Which drugs commonly cause neutropenia?
Drugs typically cause neutropenia within the first three months of starting. The most common drugs that cause neutropenia are:
- Antibiotics: Macrolides, cephalosporins, co-trimoxazole, chloramphenicol, amoxicillin, co-amoxiclav
- Anticonvulsants: Carbamazepine, phenytoin, sodium valproate
- Anti-inflammatory drugs: NSAIDs, Sulfasalazine, methotrexate, colchicine
- Antipsychotics: Clozapine, tricyclic antidepressants
- Antihypertensives: ACE inhibitors, furosemide, bendroflumethiazide, spironolocatone
- Others: antithyroid drugs, allopurinol, tamoxifen, chlorpropamide
Which infections cause neutropenia?
- Bacterial, viral or fungal infections can all cause neutropenia. If you see a patient with an infection and low neutrophils, repeat the bloods 4-6 weeks after the infection has resolved.

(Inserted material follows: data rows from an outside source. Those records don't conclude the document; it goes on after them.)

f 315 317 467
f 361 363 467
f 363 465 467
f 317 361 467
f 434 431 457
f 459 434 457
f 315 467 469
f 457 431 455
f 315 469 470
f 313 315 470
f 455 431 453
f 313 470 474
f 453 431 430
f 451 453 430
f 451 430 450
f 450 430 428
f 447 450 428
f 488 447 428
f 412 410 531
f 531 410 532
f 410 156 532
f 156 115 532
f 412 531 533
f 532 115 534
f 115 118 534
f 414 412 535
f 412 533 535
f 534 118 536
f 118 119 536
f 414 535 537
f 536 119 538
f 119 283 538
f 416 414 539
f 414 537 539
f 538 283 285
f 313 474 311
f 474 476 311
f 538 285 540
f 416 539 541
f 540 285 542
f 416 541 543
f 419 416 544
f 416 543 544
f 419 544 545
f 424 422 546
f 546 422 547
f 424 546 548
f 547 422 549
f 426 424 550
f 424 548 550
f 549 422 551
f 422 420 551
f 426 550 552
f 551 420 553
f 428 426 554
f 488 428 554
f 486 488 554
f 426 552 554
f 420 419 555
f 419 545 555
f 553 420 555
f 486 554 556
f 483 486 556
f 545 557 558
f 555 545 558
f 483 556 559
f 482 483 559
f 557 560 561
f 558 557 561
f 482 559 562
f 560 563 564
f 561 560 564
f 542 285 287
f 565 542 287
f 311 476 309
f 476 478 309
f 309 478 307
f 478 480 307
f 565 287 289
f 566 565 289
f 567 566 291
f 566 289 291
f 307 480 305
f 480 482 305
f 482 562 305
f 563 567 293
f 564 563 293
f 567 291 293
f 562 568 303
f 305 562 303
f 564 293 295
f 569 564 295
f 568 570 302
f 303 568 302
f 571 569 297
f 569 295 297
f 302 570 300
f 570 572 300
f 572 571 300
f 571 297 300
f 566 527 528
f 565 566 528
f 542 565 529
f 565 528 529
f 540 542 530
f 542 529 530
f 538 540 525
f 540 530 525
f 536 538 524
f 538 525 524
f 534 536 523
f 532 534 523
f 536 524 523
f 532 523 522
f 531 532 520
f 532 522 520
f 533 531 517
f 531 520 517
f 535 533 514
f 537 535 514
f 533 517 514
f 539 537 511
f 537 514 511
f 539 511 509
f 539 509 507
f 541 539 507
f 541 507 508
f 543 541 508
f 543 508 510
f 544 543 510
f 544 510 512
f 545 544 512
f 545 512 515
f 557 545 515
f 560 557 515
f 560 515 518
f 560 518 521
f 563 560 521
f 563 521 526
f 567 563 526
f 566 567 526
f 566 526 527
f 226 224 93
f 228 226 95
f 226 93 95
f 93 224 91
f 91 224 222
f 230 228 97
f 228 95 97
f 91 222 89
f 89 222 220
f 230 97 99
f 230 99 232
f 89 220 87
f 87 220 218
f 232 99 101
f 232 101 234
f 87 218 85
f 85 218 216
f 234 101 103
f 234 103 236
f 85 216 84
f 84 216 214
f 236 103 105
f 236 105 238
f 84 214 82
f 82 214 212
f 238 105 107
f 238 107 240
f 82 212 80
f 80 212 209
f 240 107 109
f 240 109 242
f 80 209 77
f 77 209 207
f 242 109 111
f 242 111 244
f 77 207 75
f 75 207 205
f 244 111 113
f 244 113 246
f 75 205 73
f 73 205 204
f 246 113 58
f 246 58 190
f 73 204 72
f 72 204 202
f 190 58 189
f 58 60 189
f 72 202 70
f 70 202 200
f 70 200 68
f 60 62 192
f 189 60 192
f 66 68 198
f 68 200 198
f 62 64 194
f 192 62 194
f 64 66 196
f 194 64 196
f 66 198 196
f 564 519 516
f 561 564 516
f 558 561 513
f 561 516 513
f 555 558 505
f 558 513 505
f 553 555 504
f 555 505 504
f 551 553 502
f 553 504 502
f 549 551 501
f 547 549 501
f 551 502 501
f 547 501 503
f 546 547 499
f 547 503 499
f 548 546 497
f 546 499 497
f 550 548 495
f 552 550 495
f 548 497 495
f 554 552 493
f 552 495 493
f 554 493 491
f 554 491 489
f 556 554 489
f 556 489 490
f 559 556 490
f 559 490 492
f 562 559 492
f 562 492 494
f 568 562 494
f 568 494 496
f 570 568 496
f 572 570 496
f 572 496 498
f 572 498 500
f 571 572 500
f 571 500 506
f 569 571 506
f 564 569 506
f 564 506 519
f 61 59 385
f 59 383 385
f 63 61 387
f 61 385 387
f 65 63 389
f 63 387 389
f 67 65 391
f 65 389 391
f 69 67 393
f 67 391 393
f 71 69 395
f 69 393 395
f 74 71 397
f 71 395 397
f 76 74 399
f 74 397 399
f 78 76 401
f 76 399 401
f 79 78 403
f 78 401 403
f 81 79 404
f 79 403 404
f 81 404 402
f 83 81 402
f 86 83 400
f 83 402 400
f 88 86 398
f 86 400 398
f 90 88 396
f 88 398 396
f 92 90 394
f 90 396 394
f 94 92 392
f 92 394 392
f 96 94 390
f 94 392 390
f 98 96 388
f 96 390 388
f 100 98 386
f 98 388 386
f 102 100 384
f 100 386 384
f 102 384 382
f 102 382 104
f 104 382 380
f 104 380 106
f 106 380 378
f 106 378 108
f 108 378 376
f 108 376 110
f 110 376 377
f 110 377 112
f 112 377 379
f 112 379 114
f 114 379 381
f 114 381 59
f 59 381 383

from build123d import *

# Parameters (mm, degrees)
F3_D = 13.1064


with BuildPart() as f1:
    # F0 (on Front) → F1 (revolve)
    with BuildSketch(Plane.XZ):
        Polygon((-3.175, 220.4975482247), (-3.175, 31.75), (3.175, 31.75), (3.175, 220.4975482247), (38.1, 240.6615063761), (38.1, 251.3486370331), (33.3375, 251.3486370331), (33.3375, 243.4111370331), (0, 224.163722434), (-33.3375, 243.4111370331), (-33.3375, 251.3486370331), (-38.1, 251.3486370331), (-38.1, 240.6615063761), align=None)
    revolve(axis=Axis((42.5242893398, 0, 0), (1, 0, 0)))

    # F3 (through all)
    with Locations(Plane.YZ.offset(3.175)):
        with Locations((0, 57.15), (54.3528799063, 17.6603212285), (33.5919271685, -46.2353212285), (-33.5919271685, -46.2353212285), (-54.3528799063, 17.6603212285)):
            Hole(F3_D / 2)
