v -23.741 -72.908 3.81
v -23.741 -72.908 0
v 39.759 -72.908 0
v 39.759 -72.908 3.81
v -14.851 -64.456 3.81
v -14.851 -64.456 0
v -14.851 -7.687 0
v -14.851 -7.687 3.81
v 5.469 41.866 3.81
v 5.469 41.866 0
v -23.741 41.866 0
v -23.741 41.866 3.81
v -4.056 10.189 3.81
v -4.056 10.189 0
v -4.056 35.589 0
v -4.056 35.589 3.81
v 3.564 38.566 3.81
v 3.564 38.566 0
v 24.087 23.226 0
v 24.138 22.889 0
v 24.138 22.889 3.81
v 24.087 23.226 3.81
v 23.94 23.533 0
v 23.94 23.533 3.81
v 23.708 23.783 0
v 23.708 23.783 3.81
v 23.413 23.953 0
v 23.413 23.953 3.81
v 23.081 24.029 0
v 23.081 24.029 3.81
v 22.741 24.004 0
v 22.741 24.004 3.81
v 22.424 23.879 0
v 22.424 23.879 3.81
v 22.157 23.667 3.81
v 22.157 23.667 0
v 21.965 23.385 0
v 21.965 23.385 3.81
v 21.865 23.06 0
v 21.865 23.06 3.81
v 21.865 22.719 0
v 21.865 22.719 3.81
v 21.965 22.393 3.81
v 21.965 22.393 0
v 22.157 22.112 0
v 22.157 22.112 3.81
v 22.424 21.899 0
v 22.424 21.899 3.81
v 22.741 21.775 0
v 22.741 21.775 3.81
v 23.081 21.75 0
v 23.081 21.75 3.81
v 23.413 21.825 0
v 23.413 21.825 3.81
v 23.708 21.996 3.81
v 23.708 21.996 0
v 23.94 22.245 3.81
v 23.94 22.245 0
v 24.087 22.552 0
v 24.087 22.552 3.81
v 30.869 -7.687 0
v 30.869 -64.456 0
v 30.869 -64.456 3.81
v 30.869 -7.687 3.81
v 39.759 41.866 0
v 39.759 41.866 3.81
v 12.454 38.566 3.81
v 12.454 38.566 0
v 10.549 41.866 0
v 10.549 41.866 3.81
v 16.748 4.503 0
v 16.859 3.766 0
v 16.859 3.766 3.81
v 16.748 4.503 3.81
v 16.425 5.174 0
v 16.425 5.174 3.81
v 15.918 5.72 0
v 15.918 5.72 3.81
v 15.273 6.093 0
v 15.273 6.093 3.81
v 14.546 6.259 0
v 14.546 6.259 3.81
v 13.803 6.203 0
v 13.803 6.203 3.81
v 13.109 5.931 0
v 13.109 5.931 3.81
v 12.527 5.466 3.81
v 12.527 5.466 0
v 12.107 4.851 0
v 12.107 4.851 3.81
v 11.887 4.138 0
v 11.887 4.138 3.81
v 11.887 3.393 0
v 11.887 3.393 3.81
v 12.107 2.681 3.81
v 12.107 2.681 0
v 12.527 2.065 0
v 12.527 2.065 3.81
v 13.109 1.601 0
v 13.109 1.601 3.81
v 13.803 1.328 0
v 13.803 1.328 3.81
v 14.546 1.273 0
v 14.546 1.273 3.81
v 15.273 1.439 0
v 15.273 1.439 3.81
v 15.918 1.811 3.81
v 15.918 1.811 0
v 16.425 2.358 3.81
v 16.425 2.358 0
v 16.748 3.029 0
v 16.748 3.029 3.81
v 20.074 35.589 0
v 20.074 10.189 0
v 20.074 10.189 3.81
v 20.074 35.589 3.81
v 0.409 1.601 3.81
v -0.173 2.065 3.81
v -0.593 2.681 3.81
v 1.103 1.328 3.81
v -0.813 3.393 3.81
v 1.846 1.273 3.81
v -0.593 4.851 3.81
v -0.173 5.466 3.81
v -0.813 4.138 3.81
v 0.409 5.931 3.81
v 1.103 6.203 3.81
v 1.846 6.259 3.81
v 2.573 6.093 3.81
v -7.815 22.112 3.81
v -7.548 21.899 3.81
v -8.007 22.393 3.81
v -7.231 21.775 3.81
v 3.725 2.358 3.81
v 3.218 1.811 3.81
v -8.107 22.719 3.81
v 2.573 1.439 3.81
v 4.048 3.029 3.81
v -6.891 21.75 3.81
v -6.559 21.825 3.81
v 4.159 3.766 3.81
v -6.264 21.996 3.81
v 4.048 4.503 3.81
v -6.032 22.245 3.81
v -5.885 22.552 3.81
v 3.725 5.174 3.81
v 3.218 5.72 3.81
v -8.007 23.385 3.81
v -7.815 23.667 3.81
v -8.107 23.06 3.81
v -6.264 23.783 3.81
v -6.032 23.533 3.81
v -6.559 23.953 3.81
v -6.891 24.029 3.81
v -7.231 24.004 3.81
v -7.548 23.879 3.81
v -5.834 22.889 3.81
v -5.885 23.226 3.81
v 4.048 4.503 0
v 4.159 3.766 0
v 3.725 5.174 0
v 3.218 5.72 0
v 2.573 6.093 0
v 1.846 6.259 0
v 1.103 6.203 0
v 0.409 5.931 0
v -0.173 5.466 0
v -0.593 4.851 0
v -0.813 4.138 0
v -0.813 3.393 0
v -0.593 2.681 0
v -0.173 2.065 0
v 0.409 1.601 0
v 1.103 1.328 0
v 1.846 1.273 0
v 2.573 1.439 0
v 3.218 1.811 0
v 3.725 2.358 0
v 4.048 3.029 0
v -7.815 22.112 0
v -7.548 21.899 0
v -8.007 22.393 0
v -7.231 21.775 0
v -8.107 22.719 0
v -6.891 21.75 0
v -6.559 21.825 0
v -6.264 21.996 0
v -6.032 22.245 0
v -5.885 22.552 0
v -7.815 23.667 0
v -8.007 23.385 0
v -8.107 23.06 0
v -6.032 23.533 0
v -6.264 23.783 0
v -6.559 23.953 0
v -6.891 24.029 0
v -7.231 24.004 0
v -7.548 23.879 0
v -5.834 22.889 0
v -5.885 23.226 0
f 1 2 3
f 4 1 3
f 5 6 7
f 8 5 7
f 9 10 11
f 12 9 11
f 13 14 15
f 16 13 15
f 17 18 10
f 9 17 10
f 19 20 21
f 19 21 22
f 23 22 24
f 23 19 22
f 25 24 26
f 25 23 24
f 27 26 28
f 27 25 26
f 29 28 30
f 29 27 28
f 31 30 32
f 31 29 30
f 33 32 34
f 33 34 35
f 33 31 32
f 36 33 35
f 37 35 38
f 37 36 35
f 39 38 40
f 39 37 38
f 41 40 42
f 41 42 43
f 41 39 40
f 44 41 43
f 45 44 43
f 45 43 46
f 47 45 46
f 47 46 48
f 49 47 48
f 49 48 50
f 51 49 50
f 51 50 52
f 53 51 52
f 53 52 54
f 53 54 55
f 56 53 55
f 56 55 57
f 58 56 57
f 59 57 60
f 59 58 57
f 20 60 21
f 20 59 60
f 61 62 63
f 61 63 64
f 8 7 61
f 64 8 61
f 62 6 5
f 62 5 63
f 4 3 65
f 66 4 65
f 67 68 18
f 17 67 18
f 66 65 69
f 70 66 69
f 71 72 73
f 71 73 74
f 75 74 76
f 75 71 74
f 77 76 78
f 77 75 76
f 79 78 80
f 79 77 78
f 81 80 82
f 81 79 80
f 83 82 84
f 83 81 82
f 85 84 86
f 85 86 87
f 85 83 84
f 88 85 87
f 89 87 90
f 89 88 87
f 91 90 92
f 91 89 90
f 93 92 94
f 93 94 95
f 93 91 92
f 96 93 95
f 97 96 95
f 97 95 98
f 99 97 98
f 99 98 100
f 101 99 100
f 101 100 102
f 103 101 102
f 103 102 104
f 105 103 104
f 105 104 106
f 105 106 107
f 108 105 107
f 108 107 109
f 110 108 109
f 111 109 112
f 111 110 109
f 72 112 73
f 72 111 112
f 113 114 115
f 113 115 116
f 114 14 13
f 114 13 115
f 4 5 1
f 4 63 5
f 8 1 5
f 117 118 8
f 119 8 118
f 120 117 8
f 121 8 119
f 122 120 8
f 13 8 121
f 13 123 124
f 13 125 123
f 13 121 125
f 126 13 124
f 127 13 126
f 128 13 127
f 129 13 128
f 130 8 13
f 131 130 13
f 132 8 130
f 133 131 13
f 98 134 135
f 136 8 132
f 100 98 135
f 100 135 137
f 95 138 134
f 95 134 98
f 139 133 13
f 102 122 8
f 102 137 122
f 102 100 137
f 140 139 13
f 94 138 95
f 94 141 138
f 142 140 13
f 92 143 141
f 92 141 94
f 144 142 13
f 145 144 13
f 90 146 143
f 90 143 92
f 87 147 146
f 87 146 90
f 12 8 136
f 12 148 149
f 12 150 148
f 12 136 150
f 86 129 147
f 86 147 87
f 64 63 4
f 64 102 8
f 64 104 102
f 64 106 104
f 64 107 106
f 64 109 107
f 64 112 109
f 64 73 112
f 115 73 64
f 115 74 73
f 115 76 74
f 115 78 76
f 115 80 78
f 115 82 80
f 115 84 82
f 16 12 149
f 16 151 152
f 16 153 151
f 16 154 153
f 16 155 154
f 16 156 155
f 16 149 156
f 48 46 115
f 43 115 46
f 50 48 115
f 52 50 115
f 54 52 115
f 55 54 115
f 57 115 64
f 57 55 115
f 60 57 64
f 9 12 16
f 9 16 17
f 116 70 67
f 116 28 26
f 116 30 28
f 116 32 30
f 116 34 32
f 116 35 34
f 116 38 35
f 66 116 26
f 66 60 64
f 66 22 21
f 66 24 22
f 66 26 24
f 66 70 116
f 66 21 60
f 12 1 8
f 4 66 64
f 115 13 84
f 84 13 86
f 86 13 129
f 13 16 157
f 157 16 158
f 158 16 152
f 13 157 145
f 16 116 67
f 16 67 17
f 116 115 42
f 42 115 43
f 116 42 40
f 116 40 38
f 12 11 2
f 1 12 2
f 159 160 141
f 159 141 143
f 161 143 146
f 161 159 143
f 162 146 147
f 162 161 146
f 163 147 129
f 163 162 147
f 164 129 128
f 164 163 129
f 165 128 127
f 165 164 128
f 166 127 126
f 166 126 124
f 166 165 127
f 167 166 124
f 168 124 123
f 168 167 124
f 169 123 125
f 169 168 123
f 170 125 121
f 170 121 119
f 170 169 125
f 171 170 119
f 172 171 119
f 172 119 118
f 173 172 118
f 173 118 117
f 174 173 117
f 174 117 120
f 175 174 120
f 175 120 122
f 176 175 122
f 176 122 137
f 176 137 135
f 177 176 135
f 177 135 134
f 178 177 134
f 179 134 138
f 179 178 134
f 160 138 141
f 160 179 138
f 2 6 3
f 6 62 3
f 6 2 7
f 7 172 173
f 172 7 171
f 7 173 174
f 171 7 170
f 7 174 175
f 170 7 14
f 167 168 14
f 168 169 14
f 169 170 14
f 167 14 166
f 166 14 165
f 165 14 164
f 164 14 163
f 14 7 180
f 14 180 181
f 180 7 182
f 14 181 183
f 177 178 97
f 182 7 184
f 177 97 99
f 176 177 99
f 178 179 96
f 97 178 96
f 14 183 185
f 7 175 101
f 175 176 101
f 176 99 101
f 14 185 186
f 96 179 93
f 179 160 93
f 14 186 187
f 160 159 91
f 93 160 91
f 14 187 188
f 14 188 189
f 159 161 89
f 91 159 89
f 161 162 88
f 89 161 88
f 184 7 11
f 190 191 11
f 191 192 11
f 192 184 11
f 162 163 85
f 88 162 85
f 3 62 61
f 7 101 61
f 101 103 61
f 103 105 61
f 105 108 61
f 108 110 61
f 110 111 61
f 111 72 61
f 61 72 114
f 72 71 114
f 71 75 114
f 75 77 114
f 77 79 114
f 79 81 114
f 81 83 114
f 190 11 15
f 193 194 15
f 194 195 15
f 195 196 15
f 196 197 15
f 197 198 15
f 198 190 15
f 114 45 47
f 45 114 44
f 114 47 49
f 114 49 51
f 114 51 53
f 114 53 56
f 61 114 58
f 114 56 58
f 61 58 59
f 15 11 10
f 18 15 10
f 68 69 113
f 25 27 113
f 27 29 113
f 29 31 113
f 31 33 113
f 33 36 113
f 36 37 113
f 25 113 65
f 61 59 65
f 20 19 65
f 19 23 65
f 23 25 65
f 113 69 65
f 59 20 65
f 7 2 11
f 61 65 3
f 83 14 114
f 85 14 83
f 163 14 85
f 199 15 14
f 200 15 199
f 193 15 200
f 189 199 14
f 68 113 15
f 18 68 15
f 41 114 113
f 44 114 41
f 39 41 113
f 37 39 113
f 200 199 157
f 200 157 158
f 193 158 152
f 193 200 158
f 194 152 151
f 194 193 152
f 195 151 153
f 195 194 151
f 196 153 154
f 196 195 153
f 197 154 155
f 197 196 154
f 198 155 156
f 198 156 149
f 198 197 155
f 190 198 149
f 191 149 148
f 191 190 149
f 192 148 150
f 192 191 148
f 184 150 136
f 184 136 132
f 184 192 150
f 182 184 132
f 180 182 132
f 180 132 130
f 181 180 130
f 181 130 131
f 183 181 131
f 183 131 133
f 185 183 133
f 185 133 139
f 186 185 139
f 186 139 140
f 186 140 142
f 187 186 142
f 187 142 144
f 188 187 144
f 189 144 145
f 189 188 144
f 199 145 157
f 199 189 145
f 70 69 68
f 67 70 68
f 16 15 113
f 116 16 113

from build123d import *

# Parameters (mm, degrees)
F0_W     = 45.72
F0_H     = 56.769
F0_R     = 2.5
F0_R_2   = 1.143
F0_W_2   = 24.13
F0_H_2   = 25.4
F1_DEPTH = 3.81


with BuildPart() as f1:
    # F0 (on Top) → F1 (new body)
    with BuildSketch(Plane.XY):
        Polygon((5.469258, 41.86581), (-17.390742, 41.86581), (-23.740742, 41.86581), (-23.740742, -47.508215), (-23.740742, -72.908215), (39.759258, -72.908215), (39.759258, 41.86581), (33.409258, 41.86581), (10.549258, 41.86581), (12.454258, 38.566253), (3.564258, 38.566253), align=None)
        with Locations((8.009258, -36.071789)):
            Rectangle(F0_W, F0_H, mode=Mode.SUBTRACT)
        with Locations((1.659258, 3.76581)):
            Circle(F0_R, mode=Mode.SUBTRACT)
        with Locations((-6.976742, 22.889307)):
            Circle(F0_R_2, mode=Mode.SUBTRACT)
        with Locations((8.009258, 22.889307)):
            Rectangle(F0_W_2, F0_H_2, mode=Mode.SUBTRACT)
        with Locations((14.359258, 3.76581)):
            Circle(F0_R, mode=Mode.SUBTRACT)
        with Locations((22.995258, 22.889307)):
            Circle(F0_R_2, mode=Mode.SUBTRACT)
    extrude(amount=F1_DEPTH)


solid = f1.part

- It is important not to miss HIV or chronic hepatitis
What other investigations should I do?
- Check: HIV, hepatitis B and C serology, an autoimmune screen and B12/folate
- Request a blood film
When should patients be referred to Haematology?

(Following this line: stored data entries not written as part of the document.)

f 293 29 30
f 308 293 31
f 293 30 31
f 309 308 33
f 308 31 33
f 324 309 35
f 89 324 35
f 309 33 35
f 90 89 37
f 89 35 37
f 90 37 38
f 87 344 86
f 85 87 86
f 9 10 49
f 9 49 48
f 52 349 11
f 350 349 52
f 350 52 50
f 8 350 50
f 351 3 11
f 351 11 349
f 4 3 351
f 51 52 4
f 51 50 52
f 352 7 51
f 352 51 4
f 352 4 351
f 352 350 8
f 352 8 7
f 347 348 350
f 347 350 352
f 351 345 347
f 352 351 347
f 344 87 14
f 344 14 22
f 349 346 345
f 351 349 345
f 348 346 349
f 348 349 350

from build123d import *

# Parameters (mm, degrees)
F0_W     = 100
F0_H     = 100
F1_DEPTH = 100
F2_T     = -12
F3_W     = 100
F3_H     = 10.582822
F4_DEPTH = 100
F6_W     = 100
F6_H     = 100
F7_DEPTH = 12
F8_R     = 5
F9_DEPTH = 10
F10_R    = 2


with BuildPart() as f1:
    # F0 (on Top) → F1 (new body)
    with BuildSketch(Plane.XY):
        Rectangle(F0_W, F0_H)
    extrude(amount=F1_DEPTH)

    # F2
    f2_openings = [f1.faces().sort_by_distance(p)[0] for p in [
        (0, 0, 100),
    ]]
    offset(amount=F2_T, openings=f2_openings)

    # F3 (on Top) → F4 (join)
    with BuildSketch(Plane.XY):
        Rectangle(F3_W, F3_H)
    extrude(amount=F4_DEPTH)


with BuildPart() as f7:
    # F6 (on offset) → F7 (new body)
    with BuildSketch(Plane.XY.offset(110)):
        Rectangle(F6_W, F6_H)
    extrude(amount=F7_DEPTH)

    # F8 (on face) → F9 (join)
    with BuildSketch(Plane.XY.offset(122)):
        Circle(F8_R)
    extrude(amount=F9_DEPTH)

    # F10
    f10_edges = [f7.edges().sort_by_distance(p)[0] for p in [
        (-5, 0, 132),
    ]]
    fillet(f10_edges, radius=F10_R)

- Patients with fever and with neutrophils <1.0 x 109/L should attend hospital as an emergency
- If the neutrophils are <0.5 x 109/L (refer urgently to haemato-oncology via 2ww)
- If there is an associated anaemia or thrombocytopenia, or abnormalities seen on the blood film
- Presence of splenomegaly
- Recurrent infections or mouth ulcers that are thought be due to neutropenia
- If the neutropenia is persistent (2 episodes at least 4-6 weeks apart) and the above causes have been excluded
- Haematology will make a clinic plan which may include regular outpatient review to monitor for development of a serious blood condition or discharge with reassurance and explicit criteria for re-referral
- Haddy T, Rana S, Castro O. Benign ethnic neutropenia: what is a normal absolute neutrophil count? J Lab Clin Med. 1999 Jan;133(1):15-22.
- Littlewood T. Neutropenia in primary care BMJ 2014; 349
Most eosinophilias are reactive in nature and should be investigated for a secondary cause such as infections (especially parasites), allergy/hypersensitivity disease, medications, connective tissue disease, pulmonary disease, cardiac disease, dermatological disorders, malignancy, gastrointestinal disease and adrenal insufficiency. Primary eosinophilia accounts for about 2% cases and includes myeloproliferative neoplasms, chronic myeloid leukaemia, acute or chronic eosinophilic leukaemia and systemic mastocytosis.
An eosinophil count of more than 0.4 X 109/L is abnormal, however, a persistent count of more than 1.5 X 109/L (moderate eosinophilia) is widely regarded as appropriate for further investigation. Severe eosinophilia is a count of more than 5 X 109/L.
When to refer
- Secondary eosinophilia is more common than primary eosinophilia
- A repeat full blood count should always be performed after discovering an incidental eosinophilia, as well as biochemistry, liver function tests, inflammatory markers and autoimmune profile. Stool microscopy should be performed and consideration given to parasite serology.
- Haematology referral should be considered for persistent eosinophilia of more than 1.5 for more than six months, end-organ damage not attributable to another cause or a count more than 5 X 109/L.
An absolute monocytosis is defined as a count more than 1 X 109/L. A reactive monocytosis can be seen with chronic infections, inflammatory conditions, splenectomy and malignancy (e.g. carcinoma, myeloma and lymphoma). A persistent monocytosis in the absence of any obvious cause should prompt referral to haematology as this may represent a myeloproliferative process such as Chronic Myelomonocytic Leukaemia or Chronic Myeloid Leukaemia.